- _What is needed_
Going from the top of the data below, give again each line through the one containing "# Sketch1 → Boss-Extrude1 (new body)", both ends kept.

- _Data records_
[Start of Attachment]

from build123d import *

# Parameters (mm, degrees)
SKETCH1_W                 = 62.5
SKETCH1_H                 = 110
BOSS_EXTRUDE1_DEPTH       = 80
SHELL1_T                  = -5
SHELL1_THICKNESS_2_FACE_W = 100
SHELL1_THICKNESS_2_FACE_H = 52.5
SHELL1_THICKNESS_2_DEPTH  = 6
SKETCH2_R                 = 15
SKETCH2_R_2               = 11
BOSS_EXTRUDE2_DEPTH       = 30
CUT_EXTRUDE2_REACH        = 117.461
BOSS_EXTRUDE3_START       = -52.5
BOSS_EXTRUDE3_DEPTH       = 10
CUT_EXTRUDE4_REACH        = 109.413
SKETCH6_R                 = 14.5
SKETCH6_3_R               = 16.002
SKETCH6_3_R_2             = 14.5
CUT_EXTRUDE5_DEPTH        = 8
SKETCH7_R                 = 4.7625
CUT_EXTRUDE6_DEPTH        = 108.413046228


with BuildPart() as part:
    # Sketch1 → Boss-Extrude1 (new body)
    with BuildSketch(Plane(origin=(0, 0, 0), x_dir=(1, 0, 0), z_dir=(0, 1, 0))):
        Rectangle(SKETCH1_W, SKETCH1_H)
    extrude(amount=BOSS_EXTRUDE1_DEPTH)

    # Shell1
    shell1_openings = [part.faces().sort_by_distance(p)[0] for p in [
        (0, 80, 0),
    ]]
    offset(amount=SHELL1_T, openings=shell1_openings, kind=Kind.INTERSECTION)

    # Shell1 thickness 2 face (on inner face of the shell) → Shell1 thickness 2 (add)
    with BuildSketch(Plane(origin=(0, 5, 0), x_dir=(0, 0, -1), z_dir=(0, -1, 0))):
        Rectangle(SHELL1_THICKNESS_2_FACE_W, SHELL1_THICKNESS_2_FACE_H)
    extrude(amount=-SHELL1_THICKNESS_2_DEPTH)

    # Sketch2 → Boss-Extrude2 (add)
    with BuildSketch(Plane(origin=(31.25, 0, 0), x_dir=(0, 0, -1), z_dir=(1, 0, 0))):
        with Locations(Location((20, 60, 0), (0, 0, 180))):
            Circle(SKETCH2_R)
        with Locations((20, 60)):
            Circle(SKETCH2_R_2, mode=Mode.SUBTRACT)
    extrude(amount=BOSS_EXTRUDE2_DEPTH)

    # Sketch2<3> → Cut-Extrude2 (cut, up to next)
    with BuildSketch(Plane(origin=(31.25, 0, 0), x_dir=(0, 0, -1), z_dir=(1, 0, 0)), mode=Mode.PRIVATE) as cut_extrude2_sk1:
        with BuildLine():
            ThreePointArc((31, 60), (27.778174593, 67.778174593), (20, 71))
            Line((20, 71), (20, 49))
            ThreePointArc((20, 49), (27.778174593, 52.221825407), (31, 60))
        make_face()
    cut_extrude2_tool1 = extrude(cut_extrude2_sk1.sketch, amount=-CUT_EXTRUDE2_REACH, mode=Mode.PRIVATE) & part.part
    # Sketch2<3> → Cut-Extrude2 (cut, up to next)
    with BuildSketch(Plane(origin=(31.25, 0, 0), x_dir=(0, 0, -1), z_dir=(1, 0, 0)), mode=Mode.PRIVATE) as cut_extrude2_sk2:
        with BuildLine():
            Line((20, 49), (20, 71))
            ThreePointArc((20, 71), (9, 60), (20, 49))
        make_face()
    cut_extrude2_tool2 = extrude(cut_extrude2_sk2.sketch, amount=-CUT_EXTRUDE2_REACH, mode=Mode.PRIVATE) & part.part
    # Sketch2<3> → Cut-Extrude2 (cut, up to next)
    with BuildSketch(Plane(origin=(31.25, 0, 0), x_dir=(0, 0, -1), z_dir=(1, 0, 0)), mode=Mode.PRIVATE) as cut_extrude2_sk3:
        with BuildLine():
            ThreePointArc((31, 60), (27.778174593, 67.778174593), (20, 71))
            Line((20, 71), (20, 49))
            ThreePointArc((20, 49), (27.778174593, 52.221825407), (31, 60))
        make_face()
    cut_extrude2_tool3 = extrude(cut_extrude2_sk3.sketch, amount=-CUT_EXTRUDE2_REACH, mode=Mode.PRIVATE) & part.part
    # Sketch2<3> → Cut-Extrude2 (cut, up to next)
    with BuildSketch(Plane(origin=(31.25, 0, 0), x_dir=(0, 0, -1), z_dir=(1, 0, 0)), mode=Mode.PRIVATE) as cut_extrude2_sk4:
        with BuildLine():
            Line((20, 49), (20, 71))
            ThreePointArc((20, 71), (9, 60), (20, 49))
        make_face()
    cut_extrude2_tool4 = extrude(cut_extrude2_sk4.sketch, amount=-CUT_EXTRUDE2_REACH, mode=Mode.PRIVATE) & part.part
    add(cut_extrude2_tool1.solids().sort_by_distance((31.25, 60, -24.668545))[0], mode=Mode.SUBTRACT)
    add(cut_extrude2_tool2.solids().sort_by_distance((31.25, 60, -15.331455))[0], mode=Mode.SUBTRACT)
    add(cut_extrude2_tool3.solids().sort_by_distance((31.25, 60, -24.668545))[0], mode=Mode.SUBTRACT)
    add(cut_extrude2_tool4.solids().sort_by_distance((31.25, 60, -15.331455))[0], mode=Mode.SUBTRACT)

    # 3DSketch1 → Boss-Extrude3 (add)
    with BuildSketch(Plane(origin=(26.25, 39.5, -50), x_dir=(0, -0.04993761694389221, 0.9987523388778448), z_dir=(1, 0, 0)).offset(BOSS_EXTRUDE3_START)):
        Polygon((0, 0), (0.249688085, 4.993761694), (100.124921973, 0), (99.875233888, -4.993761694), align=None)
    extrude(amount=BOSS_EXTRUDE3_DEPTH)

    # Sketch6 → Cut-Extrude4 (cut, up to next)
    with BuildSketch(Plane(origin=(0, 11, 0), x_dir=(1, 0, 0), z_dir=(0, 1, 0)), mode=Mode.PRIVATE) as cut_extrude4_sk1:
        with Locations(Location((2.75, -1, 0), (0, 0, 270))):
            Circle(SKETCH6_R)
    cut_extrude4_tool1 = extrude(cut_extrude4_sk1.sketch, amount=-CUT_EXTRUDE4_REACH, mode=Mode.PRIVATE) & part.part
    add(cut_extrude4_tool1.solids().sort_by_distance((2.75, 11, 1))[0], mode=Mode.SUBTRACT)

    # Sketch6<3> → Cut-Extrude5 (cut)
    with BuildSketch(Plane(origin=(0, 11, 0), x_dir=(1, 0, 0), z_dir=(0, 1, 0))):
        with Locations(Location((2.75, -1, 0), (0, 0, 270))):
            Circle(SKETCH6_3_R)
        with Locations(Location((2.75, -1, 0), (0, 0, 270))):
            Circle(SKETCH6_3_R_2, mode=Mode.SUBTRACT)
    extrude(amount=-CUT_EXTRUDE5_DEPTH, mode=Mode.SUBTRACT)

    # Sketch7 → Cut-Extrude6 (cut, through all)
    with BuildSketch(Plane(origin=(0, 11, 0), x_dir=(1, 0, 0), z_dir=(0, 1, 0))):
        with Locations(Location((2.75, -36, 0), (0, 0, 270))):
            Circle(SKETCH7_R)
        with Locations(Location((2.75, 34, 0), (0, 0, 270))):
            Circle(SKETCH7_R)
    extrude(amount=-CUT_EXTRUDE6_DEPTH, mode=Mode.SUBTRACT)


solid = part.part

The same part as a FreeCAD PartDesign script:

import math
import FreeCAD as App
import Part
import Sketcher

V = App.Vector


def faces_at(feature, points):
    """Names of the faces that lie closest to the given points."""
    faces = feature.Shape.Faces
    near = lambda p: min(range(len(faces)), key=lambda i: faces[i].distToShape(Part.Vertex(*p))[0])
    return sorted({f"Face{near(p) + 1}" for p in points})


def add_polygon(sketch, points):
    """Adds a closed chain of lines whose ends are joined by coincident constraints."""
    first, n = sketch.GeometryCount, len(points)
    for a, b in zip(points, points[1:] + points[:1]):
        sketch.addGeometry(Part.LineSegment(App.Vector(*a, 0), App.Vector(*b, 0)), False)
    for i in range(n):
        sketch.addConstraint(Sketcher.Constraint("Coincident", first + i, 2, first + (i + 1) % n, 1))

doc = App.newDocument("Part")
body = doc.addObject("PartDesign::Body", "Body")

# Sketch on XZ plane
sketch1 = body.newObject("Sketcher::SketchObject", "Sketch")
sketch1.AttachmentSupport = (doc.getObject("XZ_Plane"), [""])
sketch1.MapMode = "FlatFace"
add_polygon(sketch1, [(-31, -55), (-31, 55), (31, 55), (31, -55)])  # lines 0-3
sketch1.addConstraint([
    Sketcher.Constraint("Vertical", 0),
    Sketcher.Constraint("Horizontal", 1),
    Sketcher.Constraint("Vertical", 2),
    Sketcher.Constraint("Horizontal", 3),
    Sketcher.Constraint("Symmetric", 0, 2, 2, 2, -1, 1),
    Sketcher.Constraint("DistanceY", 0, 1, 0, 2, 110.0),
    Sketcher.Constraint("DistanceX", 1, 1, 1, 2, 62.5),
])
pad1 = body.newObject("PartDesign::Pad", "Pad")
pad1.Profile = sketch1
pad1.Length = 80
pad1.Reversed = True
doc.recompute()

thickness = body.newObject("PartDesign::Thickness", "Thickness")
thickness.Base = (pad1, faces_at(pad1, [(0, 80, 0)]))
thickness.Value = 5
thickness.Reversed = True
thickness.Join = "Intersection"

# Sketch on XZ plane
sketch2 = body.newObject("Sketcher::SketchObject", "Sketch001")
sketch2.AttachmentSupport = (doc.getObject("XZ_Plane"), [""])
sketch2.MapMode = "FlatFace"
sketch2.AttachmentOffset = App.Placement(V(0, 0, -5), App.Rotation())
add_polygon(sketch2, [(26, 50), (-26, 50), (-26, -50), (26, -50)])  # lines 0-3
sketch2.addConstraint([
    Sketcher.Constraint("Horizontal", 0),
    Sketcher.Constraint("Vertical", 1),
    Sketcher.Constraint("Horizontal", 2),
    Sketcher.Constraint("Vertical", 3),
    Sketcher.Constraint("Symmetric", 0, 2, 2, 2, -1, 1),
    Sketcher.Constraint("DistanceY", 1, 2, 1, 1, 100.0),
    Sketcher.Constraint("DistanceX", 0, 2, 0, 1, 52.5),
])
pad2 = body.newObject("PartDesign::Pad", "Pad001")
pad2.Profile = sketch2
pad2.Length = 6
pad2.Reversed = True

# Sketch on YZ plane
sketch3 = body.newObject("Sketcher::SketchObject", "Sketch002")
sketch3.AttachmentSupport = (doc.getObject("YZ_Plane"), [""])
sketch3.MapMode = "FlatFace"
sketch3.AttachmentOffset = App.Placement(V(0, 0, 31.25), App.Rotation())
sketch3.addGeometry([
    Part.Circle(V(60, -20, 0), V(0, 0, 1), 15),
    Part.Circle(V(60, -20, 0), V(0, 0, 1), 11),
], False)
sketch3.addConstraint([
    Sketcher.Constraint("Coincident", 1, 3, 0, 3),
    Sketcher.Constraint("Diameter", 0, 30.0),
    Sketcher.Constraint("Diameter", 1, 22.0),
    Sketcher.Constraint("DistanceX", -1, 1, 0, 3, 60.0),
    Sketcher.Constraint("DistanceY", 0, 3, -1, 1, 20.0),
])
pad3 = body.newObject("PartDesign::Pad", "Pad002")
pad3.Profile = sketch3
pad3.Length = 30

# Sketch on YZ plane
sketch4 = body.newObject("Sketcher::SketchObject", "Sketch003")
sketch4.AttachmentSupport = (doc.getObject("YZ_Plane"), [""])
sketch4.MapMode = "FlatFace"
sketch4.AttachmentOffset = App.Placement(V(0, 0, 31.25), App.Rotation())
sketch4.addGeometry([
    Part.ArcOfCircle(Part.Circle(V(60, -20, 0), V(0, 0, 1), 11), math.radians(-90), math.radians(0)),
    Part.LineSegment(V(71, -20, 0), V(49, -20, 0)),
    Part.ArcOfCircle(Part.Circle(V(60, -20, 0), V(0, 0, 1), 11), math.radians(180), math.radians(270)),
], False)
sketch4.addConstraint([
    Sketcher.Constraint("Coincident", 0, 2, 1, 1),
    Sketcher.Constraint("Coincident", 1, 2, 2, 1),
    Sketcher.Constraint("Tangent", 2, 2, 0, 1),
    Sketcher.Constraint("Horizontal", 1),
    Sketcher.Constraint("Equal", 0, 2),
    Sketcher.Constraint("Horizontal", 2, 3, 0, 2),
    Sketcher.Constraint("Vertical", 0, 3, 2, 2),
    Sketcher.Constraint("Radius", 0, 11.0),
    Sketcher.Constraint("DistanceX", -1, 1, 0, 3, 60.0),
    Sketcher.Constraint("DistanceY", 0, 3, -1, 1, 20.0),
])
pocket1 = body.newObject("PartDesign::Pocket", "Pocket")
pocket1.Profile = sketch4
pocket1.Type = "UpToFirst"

[End of Attachment]

- _Response_
from build123d import *

# Parameters (mm, degrees)
SKETCH1_W                 = 62.5
SKETCH1_H                 = 110
BOSS_EXTRUDE1_DEPTH       = 80
SHELL1_T                  = -5
SHELL1_THICKNESS_2_FACE_W = 100
SHELL1_THICKNESS_2_FACE_H = 52.5
SHELL1_THICKNESS_2_DEPTH  = 6
SKETCH2_R                 = 15
SKETCH2_R_2               = 11
BOSS_EXTRUDE2_DEPTH       = 30
CUT_EXTRUDE2_REACH        = 117.461
BOSS_EXTRUDE3_START       = -52.5
BOSS_EXTRUDE3_DEPTH       = 10
CUT_EXTRUDE4_REACH        = 109.413
SKETCH6_R                 = 14.5
SKETCH6_3_R               = 16.002
SKETCH6_3_R_2             = 14.5
CUT_EXTRUDE5_DEPTH        = 8
SKETCH7_R                 = 4.7625
CUT_EXTRUDE6_DEPTH        = 108.413046228


with BuildPart() as part:
    # Sketch1 → Boss-Extrude1 (new body)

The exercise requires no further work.